» Task statement
Reproduce every line in the material below that holds "SUBTRACT".

» Data for review
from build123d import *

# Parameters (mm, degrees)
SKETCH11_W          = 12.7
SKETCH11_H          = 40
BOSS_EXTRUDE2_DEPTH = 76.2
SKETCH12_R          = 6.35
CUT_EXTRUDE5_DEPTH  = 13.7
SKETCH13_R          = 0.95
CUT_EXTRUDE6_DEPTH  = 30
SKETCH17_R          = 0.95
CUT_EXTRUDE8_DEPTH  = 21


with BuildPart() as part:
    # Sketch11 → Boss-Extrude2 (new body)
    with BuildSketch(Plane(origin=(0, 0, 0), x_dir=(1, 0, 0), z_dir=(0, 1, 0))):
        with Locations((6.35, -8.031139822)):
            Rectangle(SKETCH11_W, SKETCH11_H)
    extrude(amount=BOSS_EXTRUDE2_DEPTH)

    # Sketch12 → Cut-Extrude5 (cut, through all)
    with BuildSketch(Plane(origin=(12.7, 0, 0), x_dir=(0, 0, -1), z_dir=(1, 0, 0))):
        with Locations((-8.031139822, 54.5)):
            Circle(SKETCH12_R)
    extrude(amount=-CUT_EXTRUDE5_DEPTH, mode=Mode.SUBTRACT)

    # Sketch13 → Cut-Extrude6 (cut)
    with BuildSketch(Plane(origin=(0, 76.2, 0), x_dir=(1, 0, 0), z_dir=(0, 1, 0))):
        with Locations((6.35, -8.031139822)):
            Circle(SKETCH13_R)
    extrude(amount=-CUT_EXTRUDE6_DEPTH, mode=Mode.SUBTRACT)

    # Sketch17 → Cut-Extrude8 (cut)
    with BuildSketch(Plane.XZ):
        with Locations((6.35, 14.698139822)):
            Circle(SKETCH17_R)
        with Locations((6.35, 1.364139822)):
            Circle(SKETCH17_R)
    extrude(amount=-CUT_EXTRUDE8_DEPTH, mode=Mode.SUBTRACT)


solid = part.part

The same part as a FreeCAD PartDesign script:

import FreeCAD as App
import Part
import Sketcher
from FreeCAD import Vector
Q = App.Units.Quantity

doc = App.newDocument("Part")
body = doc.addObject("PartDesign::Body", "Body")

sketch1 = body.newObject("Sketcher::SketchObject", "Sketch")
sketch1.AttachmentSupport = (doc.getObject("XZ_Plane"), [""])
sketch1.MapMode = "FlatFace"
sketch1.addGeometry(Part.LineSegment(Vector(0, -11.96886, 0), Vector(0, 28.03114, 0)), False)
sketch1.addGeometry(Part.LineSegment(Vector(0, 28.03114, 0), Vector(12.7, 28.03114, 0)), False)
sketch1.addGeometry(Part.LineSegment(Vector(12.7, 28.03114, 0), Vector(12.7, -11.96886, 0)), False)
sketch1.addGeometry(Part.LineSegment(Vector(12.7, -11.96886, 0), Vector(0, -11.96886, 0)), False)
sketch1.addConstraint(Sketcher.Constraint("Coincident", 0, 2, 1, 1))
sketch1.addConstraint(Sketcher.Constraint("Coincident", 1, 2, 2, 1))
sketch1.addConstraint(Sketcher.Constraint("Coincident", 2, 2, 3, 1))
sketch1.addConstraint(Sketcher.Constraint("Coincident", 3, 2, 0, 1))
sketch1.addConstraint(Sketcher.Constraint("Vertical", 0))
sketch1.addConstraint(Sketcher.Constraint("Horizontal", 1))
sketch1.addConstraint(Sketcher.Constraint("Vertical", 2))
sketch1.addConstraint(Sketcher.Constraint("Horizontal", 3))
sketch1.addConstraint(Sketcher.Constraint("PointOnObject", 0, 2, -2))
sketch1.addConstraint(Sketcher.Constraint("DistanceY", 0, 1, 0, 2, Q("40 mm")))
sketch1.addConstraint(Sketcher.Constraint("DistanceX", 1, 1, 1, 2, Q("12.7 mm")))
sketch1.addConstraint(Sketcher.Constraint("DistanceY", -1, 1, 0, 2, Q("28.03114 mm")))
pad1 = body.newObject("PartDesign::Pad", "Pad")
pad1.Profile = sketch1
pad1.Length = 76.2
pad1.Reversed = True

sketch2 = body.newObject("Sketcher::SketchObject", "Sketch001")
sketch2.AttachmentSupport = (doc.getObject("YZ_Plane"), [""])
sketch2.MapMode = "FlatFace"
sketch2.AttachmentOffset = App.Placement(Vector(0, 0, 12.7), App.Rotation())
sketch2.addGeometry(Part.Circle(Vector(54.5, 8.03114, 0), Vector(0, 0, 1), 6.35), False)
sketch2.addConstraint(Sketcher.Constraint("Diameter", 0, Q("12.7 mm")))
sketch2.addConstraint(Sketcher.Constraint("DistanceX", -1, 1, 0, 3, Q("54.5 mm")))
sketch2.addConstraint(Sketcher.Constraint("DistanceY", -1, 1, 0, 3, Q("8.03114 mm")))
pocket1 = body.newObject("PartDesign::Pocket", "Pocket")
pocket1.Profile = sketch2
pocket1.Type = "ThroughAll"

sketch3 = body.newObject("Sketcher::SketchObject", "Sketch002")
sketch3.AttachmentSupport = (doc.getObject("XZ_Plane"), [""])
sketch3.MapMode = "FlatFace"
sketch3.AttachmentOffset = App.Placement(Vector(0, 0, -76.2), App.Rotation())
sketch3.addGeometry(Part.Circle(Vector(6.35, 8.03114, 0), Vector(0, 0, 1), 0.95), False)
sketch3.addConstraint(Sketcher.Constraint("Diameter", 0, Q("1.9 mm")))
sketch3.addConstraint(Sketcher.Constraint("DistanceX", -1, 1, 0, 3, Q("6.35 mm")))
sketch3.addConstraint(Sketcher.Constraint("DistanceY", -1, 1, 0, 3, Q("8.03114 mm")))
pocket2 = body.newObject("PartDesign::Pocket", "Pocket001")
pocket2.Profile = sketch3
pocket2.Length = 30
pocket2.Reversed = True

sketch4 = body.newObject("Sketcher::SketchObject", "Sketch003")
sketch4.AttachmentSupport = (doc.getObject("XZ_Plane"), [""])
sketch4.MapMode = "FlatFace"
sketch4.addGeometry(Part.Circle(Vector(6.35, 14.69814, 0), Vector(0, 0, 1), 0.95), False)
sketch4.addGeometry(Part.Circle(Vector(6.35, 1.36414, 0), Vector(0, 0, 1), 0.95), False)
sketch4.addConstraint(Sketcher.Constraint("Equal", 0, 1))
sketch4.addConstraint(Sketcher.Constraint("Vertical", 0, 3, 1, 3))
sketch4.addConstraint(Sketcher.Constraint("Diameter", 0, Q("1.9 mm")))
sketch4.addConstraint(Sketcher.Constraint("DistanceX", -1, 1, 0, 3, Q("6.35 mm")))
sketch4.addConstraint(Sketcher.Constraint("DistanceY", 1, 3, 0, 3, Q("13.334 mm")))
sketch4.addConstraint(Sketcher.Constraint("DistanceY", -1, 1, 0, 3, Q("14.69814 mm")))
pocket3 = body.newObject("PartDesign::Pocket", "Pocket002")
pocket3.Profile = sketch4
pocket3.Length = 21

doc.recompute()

» Solution to this problem
    extrude(amount=-CUT_EXTRUDE5_DEPTH, mode=Mode.SUBTRACT)
    extrude(amount=-CUT_EXTRUDE6_DEPTH, mode=Mode.SUBTRACT)
    extrude(amount=-CUT_EXTRUDE8_DEPTH, mode=Mode.SUBTRACT)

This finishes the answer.